Cerita Ahmad Nursaid menjadi buruh migran bermula ketika ia bersama temannya menemui sponsor yang biasa memberangkatkan buruh migran ke luar negeri. Lelaki yang disapa Said ini diberangkatkan lewat sponsor menghabiskan sekitar 51 juta untuk biaya penempatan ke Taiwan. Pada 3 Juli 2015, Said diberangkatkan oleh PJTKI ke Taiwan untuk bekerja sebagai buruh pabrik plastik. Dua bulan bekerja di Taiwan, Said mengalami kecelakaan kerja yang menyebabkan tiga jari tangan kirinya harus dipotong.
Majikan tempatnya bekerja memang langsung melarikan Said ke rumah sakit, ia kemudian dirawat selama 10 bulan. Tak berapa lama kemudian Said dipulangkan oleh pihak perusahaan yang mempekerjakannya. Said sempat protes karena ia merasa sudah sembuh dan dapat bekerja lagi, namun sayangnya perusahaan tidak mau menerima Said kembali. Bulan Juni 2016 Said dipulangkan oleh perusahaan dari Taiwan langsung menuju Indonesia.
Beberapa hari setelah kepulangan, Said langsung menuju PJTKI yang memberangkatkannya untuk meminta bantuan klaim asuransi. Bukannya menolong, pihak PJTKI malah meminta uang sebesar 15 juta dengan alasan pelunasan tanggungan bank untuk biaya penempatan. Said kemudian memberikan uang 15 juta dan pihak PJTKI berjanji akan membantu dalam proses klaim asuransi. Sayangnya setelah membayar 15 juta untuk menebus dokumen, pihak PJTKI enggan menguruskan klaim asuransi di Indonesia. Said malah diminta mengurus sendiri persyaratan klaim untuk mendapat surat keterangan dari dokter atau rumah sakit di Taiwan.

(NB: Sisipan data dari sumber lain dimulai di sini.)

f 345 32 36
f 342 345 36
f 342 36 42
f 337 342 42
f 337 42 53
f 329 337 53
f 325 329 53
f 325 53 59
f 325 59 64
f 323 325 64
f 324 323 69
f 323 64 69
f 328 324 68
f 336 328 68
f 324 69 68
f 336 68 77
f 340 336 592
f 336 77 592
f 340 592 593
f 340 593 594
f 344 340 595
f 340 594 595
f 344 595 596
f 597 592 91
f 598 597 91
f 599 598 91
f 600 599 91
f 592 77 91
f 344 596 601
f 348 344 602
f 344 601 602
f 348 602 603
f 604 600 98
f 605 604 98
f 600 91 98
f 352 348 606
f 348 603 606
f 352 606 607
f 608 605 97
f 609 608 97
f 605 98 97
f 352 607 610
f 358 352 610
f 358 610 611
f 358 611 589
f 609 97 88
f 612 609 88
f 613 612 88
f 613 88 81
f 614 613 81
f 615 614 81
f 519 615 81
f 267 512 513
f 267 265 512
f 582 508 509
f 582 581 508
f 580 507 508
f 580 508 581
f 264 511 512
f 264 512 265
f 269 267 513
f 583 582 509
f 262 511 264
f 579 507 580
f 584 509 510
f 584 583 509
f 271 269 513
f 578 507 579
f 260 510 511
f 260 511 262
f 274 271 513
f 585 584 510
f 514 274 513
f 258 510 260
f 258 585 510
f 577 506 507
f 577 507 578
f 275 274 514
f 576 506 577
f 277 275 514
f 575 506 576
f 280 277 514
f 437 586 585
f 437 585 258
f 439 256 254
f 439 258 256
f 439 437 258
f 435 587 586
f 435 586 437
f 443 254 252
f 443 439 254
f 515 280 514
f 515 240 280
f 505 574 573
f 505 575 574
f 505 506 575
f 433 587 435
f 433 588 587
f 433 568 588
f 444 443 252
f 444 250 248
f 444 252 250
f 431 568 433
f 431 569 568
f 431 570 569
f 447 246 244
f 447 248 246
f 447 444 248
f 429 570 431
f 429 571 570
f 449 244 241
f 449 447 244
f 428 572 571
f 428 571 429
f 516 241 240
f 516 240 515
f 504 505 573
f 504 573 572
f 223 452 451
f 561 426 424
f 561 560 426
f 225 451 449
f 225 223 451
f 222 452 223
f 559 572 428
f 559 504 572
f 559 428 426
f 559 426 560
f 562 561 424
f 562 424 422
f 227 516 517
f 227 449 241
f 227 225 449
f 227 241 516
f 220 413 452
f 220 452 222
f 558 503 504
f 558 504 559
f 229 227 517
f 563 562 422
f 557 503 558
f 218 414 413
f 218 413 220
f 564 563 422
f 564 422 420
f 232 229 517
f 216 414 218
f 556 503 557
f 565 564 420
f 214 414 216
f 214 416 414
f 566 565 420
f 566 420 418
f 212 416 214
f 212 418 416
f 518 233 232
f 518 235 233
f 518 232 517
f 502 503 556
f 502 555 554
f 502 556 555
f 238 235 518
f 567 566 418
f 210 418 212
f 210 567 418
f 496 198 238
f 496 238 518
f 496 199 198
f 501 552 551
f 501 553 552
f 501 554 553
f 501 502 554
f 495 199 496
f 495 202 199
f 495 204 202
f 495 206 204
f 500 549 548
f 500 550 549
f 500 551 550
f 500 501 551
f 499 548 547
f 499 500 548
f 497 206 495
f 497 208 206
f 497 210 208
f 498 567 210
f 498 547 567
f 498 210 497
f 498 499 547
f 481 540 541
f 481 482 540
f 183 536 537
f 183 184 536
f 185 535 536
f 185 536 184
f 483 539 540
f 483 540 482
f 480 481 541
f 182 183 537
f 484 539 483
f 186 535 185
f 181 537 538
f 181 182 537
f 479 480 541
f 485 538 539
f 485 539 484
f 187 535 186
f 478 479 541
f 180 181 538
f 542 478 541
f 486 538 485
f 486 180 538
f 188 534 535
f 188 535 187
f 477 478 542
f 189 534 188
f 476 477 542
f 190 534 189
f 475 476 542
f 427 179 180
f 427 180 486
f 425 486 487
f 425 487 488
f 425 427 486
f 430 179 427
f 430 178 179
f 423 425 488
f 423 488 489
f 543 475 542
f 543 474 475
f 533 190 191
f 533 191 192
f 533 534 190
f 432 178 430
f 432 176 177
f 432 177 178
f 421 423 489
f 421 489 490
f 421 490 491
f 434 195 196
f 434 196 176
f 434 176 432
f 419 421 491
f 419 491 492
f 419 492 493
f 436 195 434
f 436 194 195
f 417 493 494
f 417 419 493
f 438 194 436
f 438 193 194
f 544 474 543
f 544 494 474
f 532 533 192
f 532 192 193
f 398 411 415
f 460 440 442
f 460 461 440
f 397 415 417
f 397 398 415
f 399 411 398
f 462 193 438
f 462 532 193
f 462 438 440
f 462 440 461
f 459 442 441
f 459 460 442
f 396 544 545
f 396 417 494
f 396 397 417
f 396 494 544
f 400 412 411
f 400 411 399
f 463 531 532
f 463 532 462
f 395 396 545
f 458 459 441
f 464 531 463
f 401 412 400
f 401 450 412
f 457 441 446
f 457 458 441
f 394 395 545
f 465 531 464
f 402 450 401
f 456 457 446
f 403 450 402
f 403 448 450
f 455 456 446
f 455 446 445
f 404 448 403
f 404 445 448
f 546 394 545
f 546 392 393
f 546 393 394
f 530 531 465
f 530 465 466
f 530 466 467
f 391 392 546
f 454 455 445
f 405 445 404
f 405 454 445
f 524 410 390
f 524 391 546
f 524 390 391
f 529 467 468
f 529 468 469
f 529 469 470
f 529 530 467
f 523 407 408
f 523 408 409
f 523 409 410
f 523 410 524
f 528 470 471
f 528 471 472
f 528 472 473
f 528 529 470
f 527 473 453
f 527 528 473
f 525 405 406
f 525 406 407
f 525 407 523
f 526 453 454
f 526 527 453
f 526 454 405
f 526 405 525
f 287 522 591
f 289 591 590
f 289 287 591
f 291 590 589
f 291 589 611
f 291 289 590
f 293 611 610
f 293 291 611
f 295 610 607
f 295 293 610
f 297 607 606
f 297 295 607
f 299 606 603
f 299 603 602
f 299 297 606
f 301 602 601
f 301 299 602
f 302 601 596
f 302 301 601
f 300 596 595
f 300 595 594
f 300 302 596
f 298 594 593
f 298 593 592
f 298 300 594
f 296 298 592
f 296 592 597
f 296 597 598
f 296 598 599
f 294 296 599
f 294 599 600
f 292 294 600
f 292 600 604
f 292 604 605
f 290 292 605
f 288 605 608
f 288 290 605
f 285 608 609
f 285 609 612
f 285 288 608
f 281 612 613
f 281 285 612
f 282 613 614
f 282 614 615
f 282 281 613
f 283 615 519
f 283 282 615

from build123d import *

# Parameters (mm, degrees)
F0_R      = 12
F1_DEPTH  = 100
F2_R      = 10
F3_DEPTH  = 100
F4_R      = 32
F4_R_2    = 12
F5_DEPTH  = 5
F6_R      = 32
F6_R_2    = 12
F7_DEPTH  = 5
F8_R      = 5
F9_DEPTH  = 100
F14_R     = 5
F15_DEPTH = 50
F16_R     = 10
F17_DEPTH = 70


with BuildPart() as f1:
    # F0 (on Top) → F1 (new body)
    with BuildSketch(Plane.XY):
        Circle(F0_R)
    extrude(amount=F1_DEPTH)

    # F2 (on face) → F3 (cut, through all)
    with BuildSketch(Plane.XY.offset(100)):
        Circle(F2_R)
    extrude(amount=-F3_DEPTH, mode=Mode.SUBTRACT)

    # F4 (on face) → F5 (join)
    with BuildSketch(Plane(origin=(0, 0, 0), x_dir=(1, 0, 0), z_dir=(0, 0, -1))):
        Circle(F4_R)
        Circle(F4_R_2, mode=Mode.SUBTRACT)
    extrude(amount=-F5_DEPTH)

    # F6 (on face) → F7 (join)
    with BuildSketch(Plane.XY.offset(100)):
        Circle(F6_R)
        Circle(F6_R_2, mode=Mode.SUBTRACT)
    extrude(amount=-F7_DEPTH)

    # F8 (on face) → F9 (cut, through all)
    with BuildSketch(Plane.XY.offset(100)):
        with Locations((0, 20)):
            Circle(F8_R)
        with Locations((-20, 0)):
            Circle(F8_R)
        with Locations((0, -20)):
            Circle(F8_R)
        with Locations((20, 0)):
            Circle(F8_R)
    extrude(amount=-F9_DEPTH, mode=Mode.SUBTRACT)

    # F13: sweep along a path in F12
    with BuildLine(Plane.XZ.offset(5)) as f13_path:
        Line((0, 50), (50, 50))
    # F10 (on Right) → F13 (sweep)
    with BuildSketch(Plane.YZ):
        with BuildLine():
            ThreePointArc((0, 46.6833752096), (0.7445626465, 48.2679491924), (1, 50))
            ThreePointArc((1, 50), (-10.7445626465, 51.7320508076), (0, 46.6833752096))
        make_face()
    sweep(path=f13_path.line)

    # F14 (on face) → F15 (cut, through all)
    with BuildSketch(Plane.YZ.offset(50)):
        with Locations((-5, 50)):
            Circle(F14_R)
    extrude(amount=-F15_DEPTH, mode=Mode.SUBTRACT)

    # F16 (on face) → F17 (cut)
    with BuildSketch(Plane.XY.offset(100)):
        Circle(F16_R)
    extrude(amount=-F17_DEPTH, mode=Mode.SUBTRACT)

Said baru menyadari bahwa ia telah dirugikan oleh PJTKI beberapa hari kemudian dan melaporkan kasusnya pada DPN SBMI. Said menuntut agar PJTKI mengembalikan kelebihan biaya penempatan yang sudah dibayarkannya karena seharusnya biaya penempatan sektor formal hanya sekitar 10 juta saja. Ia juga meminta pada PJTKI agar bertanggung jawab dan menguruskan klaim asuransi akibat kecelakaan kerja yang dialaminya.